*** Materials provided ***

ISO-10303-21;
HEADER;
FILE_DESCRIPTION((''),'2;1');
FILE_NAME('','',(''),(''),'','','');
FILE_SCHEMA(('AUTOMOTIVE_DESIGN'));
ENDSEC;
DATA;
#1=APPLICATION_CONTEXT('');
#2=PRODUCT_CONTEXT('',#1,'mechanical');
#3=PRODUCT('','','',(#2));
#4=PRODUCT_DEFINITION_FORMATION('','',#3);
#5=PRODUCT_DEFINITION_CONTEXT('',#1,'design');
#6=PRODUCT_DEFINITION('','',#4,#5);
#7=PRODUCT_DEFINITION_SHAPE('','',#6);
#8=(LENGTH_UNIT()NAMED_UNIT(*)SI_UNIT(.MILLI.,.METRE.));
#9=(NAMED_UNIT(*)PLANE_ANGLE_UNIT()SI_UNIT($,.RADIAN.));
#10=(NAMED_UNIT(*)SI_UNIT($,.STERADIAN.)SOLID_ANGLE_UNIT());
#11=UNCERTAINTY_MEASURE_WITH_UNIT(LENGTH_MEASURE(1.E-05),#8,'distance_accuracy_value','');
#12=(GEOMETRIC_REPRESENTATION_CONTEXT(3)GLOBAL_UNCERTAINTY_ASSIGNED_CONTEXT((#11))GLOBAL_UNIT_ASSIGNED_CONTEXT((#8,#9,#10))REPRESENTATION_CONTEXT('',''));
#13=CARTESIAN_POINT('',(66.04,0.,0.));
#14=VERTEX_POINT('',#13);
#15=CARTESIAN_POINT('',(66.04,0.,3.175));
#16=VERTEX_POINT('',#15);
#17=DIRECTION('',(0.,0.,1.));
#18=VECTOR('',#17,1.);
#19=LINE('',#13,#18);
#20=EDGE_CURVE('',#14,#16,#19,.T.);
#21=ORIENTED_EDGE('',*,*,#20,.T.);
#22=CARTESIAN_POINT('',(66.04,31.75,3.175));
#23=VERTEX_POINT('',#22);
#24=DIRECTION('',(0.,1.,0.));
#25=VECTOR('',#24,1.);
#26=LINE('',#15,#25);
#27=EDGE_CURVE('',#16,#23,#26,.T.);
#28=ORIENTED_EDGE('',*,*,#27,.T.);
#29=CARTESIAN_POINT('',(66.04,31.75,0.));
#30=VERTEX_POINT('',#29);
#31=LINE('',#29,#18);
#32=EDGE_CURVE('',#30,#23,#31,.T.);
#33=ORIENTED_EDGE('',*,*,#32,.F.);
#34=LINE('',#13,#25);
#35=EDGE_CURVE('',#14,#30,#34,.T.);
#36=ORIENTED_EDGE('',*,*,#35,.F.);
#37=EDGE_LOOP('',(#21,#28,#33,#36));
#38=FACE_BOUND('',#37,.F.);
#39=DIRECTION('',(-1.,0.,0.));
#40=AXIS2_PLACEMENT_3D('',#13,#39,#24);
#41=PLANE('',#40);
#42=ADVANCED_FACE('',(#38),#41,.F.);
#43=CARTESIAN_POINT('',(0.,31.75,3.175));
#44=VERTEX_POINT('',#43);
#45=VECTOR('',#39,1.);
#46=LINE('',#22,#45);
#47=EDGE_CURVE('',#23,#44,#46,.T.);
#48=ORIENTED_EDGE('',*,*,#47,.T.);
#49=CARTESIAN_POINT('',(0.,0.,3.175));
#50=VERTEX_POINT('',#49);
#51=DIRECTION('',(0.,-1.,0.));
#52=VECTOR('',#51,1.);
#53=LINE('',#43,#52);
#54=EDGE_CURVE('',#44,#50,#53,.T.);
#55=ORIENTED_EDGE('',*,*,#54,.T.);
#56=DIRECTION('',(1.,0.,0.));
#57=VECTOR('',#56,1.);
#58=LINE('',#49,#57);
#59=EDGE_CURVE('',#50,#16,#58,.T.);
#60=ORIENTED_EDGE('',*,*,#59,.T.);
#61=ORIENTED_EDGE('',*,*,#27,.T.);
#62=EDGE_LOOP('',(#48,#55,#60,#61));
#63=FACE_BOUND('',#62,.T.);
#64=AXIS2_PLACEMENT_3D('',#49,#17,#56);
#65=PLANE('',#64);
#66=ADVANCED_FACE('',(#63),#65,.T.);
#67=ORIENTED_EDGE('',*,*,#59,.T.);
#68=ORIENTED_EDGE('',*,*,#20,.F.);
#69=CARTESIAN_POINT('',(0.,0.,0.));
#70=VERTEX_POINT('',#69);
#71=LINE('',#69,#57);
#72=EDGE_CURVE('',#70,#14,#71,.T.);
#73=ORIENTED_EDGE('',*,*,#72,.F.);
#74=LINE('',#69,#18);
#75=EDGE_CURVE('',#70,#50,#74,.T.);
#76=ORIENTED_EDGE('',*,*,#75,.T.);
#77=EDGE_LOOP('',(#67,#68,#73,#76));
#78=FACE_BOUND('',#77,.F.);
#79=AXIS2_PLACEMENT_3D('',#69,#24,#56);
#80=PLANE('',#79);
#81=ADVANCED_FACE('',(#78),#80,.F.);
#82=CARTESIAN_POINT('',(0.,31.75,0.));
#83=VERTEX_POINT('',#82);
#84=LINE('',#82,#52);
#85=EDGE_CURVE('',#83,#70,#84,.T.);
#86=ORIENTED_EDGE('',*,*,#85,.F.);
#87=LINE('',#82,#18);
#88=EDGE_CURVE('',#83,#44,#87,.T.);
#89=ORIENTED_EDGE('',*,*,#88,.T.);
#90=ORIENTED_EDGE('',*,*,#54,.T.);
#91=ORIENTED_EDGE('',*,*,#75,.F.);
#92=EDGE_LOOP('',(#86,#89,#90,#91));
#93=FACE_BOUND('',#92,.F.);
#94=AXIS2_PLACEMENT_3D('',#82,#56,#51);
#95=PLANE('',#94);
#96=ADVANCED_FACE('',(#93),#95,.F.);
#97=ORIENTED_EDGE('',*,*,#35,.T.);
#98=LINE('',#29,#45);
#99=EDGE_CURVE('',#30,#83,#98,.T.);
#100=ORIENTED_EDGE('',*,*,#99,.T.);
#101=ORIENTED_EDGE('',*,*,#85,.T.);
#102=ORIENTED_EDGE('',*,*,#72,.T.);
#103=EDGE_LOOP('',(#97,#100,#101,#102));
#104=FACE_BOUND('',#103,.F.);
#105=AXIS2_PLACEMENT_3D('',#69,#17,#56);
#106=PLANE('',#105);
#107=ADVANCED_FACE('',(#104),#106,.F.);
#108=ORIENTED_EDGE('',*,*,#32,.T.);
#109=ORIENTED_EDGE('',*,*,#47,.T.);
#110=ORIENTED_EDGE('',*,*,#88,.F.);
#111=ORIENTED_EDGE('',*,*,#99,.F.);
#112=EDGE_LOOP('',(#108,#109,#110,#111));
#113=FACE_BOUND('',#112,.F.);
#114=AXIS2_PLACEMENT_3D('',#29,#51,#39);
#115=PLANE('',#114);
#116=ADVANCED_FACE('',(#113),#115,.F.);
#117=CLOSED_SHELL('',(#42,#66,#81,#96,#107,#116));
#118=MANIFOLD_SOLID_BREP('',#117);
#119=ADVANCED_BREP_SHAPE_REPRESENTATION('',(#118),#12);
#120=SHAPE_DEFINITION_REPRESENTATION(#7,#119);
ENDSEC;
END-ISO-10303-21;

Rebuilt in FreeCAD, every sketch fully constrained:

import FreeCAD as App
import Part
import Sketcher
from FreeCAD import Vector
Q = App.Units.Quantity

doc = App.newDocument("Part")
body = doc.addObject("PartDesign::Body", "Body")

# Sketch on XY plane
sketch1 = doc.addObject("Sketcher::SketchObject", "Sketch")
body.addObject(sketch1)
sketch1.AttachmentSupport = (doc.XY_Plane, [""])
sketch1.MapMode = "FlatFace"
sketch1.addGeometry([
    Part.LineSegment(Vector(0, 31.75, 0), Vector(0, 0, 0)),
    Part.LineSegment(Vector(0, 0, 0), Vector(66.04, 0, 0)),
    Part.LineSegment(Vector(66.04, 0, 0), Vector(66.04, 31.75, 0)),
    Part.LineSegment(Vector(66.04, 31.75, 0), Vector(0, 31.75, 0)),
], False)
sketch1.addConstraint([
    Sketcher.Constraint("Coincident", 0, 2, 1, 1),
    Sketcher.Constraint("Coincident", 1, 2, 2, 1),
    Sketcher.Constraint("Coincident", 2, 2, 3, 1),
    Sketcher.Constraint("Coincident", 3, 2, 0, 1),
    Sketcher.Constraint("Vertical", 0),
    Sketcher.Constraint("Horizontal", 1),
    Sketcher.Constraint("Vertical", 2),
    Sketcher.Constraint("Horizontal", 3),
    Sketcher.Constraint("Coincident", 0, 2, -1, 1),
    Sketcher.Constraint("DistanceX", 1, 1, 1, 2, Q("2.6 in")),
    Sketcher.Constraint("DistanceY", 0, 2, 0, 1, Q("1.25 in")),
])
pad1 = doc.addObject("PartDesign::Pad", "Pad")
body.addObject(pad1)
pad1.Profile = sketch1
pad1.Length = Q("0.125 in")

doc.recompute()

*** End of Materials provided ***

* _Work to complete_: Where the data above reaches the line holding "#75=EDGE_CURVE('',#70,#50,#74,.T.);", begin printing, and stop after the line holding "#100=ORIENTED_EDGE('',*,*,#99,.T.);". Each line must be reproduced exactly, with nothing else added.

* _Answer for the task_:
#75=EDGE_CURVE('',#70,#50,#74,.T.);
#76=ORIENTED_EDGE('',*,*,#75,.T.);
#77=EDGE_LOOP('',(#67,#68,#73,#76));
#78=FACE_BOUND('',#77,.F.);
#79=AXIS2_PLACEMENT_3D('',#69,#24,#56);
#80=PLANE('',#79);
#81=ADVANCED_FACE('',(#78),#80,.F.);
#82=CARTESIAN_POINT('',(0.,31.75,0.));
#83=VERTEX_POINT('',#82);
#84=LINE('',#82,#52);
#85=EDGE_CURVE('',#83,#70,#84,.T.);
#86=ORIENTED_EDGE('',*,*,#85,.F.);
#87=LINE('',#82,#18);
#88=EDGE_CURVE('',#83,#44,#87,.T.);
#89=ORIENTED_EDGE('',*,*,#88,.T.);
#90=ORIENTED_EDGE('',*,*,#54,.T.);
#91=ORIENTED_EDGE('',*,*,#75,.F.);
#92=EDGE_LOOP('',(#86,#89,#90,#91));
#93=FACE_BOUND('',#92,.F.);
#94=AXIS2_PLACEMENT_3D('',#82,#56,#51);
#95=PLANE('',#94);
#96=ADVANCED_FACE('',(#93),#95,.F.);
#97=ORIENTED_EDGE('',*,*,#35,.T.);
#98=LINE('',#29,#45);
#99=EDGE_CURVE('',#30,#83,#98,.T.);
#100=ORIENTED_EDGE('',*,*,#99,.T.);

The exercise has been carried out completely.